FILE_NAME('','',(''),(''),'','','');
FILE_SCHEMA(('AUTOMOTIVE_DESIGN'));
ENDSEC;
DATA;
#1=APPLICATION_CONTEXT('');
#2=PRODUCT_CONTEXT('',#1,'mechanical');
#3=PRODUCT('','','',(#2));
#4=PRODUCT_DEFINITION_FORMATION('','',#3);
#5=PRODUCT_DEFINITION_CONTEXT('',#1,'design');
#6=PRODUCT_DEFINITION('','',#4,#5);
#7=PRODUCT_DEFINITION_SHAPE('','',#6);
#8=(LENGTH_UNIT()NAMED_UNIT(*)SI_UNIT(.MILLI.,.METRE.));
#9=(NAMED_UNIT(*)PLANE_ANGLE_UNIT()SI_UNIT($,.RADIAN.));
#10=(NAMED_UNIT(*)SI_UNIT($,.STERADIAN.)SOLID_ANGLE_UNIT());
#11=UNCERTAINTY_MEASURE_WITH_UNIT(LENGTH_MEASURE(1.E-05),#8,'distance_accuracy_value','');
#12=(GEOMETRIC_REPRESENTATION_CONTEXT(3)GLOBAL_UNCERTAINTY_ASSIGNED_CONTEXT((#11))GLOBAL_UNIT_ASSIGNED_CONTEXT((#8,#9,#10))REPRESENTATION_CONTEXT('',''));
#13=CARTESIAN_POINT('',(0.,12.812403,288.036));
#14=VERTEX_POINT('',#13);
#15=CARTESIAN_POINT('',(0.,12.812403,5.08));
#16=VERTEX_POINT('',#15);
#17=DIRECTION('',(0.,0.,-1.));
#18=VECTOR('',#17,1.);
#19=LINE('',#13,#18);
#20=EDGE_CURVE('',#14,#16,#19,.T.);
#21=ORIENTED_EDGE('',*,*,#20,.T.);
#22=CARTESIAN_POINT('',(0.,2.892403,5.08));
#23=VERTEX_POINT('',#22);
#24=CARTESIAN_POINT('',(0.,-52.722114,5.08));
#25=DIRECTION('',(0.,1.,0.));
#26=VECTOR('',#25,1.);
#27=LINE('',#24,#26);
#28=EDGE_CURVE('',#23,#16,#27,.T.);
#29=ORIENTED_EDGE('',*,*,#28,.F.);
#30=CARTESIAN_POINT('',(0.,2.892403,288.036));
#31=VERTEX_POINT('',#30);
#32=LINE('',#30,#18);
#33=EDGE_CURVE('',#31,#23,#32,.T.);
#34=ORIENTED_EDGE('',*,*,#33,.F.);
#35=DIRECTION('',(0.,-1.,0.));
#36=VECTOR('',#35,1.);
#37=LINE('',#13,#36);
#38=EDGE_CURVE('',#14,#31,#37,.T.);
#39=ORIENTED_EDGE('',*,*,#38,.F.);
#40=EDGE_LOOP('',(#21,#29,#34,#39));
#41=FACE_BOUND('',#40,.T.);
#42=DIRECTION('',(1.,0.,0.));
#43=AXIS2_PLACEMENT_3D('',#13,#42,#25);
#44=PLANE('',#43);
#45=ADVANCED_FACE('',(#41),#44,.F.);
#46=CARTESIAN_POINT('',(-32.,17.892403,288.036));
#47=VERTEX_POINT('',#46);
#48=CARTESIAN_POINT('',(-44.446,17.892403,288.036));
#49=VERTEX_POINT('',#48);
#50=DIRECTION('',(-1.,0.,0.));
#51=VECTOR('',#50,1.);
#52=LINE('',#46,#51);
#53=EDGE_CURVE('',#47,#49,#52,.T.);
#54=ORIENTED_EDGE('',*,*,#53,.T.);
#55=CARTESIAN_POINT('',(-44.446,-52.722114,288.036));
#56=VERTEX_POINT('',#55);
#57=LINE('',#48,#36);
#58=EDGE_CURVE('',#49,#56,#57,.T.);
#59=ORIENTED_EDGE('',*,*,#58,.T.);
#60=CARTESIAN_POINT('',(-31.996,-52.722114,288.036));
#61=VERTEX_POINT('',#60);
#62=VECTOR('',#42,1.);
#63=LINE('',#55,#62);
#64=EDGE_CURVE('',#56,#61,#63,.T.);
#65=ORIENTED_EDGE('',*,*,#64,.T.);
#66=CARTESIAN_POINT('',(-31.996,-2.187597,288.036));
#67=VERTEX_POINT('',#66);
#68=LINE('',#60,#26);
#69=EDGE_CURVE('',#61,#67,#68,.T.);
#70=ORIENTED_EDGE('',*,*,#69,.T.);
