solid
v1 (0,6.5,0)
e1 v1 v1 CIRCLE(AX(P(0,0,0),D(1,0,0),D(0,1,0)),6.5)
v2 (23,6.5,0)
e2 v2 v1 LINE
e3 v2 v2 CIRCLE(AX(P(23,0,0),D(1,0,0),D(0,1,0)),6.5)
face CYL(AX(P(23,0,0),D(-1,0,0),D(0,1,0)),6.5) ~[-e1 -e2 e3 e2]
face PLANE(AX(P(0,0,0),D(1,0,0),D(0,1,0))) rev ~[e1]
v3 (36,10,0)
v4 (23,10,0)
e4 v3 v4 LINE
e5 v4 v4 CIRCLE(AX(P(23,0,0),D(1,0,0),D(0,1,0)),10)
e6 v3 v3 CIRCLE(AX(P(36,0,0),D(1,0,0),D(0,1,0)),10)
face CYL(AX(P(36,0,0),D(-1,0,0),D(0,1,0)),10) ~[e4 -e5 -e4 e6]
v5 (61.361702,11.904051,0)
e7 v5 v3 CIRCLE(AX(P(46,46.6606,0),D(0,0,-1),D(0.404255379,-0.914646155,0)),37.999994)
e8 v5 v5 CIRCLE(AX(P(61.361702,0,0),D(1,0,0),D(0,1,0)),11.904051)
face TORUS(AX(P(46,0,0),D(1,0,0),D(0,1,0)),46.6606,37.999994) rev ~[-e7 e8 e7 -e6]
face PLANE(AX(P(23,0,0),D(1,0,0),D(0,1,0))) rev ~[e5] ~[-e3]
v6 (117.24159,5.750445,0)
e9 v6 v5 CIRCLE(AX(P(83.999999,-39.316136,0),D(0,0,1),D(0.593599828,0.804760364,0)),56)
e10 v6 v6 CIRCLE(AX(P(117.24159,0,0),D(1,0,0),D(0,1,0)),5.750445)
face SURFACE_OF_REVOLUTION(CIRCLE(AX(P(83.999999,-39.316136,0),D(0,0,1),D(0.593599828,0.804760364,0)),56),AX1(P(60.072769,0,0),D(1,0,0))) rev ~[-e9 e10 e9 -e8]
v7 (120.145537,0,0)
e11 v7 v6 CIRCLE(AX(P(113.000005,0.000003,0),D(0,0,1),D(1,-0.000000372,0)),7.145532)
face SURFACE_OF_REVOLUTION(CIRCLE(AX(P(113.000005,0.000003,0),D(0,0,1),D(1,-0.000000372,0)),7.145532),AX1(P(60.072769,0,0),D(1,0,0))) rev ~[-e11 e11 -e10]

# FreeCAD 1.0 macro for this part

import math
import FreeCAD as App
import Part
import Sketcher
Q = App.Units.Quantity

doc = App.newDocument("Part")
body = doc.addObject("PartDesign::Body", "Body")

sketch1 = body.newObject("Sketcher::SketchObject", "Sketch")
sketch1.AttachmentSupport = (doc.getObject("XY_Plane"), [""])
sketch1.MapMode = "FlatFace"
sketch1.addGeometry(Part.LineSegment(App.Vector(0, 6.5, 0), App.Vector(0, 0, 0)), False)
sketch1.addGeometry(Part.LineSegment(App.Vector(0, 0, 0), App.Vector(120.1, 0, 0)), False)
sketch1.addGeometry(Part.ArcOfCircle(Part.Circle(App.Vector(113, 0, 0), App.Vector(0, 0, 1), 7.1), math.radians(0), math.radians(54)), False)
sketch1.addGeometry(Part.ArcOfCircle(Part.Circle(App.Vector(84, -39.3, 0), App.Vector(0, 0, 1), 56), math.radians(54), math.radians(114)), False)
sketch1.addGeometry(Part.ArcOfCircle(Part.Circle(App.Vector(46, 46.7, 0), App.Vector(0, 0, 1), 38), math.radians(-105), math.radians(-66)), False)
sketch1.addGeometry(Part.LineSegment(App.Vector(36, 10, 0), App.Vector(23, 10, 0)), False)
sketch1.addGeometry(Part.LineSegment(App.Vector(23, 10, 0), App.Vector(23, 6.5, 0)), False)
sketch1.addGeometry(Part.LineSegment(App.Vector(23, 6.5, 0), App.Vector(0, 6.5, 0)), False)
sketch1.addConstraint(Sketcher.Constraint("Coincident", 0, 2, 1, 1))
sketch1.addConstraint(Sketcher.Constraint("Coincident", 1, 2, 2, 1))
sketch1.addConstraint(Sketcher.Constraint("Tangent", 2, 2, 3, 1))
sketch1.addConstraint(Sketcher.Constraint("Tangent", 3, 2, 4, 2))
sketch1.addConstraint(Sketcher.Constraint("Coincident", 4, 1, 5, 1))
sketch1.addConstraint(Sketcher.Constraint("Coincident", 5, 2, 6, 1))
sketch1.addConstraint(Sketcher.Constraint("Coincident", 6, 2, 7, 1))
sketch1.addConstraint(Sketcher.Constraint("Coincident", 7, 2, 0, 1))
sketch1.addConstraint(Sketcher.Constraint("Vertical", 0))
sketch1.addConstraint(Sketcher.Constraint("Horizontal", 1))
sketch1.addConstraint(Sketcher.Constraint("Horizontal", 5))
sketch1.addConstraint(Sketcher.Constraint("Vertical", 6))
sketch1.addConstraint(Sketcher.Constraint("Horizontal", 7))
sketch1.addConstraint(Sketcher.Constraint("Coincident", 0, 2, -1, 1))
sketch1.addConstraint(Sketcher.Constraint("Radius", 3, Q("56 mm")))
sketch1.addConstraint(Sketcher.Constraint("DistanceX", 5, 2, 5, 1, Q("13 mm")))
sketch1.addConstraint(Sketcher.Constraint("DistanceX", 7, 2, 7, 1, Q("23 mm")))
sketch1.addConstraint(Sketcher.Constraint("DistanceY", 0, 2, 0, 1, Q("6.5 mm")))
sketch1.addConstraint(Sketcher.Constraint("DistanceY", 6, 2, 6, 1, Q("3.5 mm")))
sketch1.addConstraint(Sketcher.Constraint("DistanceX", -1, 1, 3, 3, Q("83.999999 mm")))
sketch1.addConstraint(Sketcher.Constraint("DistanceX", -1, 1, 4, 3, Q("46 mm")))
sketch1.addConstraint(Sketcher.Constraint("Radius", 2, Q("7.145532 mm")))
sketch1.addConstraint(Sketcher.Constraint("Radius", 4, Q("37.999994 mm")))
sketch1.addConstraint(Sketcher.Constraint("DistanceX", 1, 1, 1, 2, Q("120.145537 mm")))
revolution = body.newObject("PartDesign::Revolution", "Revolution")
revolution.Profile = sketch1
revolution.ReferenceAxis = (sketch1, ["H_Axis"])
revolution.Angle = 360

doc.recompute()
============
WHAT YOU ARE ASKED TO DO
Copy, exactly and only, the lines above that begin with the one containing "#69=EDGE_CURVE('',#61,#67,#68,.T.);" and finish with the one containing "e4 v3 v4 LINE".

EXERCISE OUTPUT
#69=EDGE_CURVE('',#61,#67,#68,.T.);
#70=ORIENTED_EDGE('',*,*,#69,.T.);
solid
v1 (0,6.5,0)
e1 v1 v1 CIRCLE(AX(P(0,0,0),D(1,0,0),D(0,1,0)),6.5)
v2 (23,6.5,0)
e2 v2 v1 LINE
e3 v2 v2 CIRCLE(AX(P(23,0,0),D(1,0,0),D(0,1,0)),6.5)
face CYL(AX(P(23,0,0),D(-1,0,0),D(0,1,0)),6.5) ~[-e1 -e2 e3 e2]
face PLANE(AX(P(0,0,0),D(1,0,0),D(0,1,0))) rev ~[e1]
v3 (36,10,0)
v4 (23,10,0)
e4 v3 v4 LINE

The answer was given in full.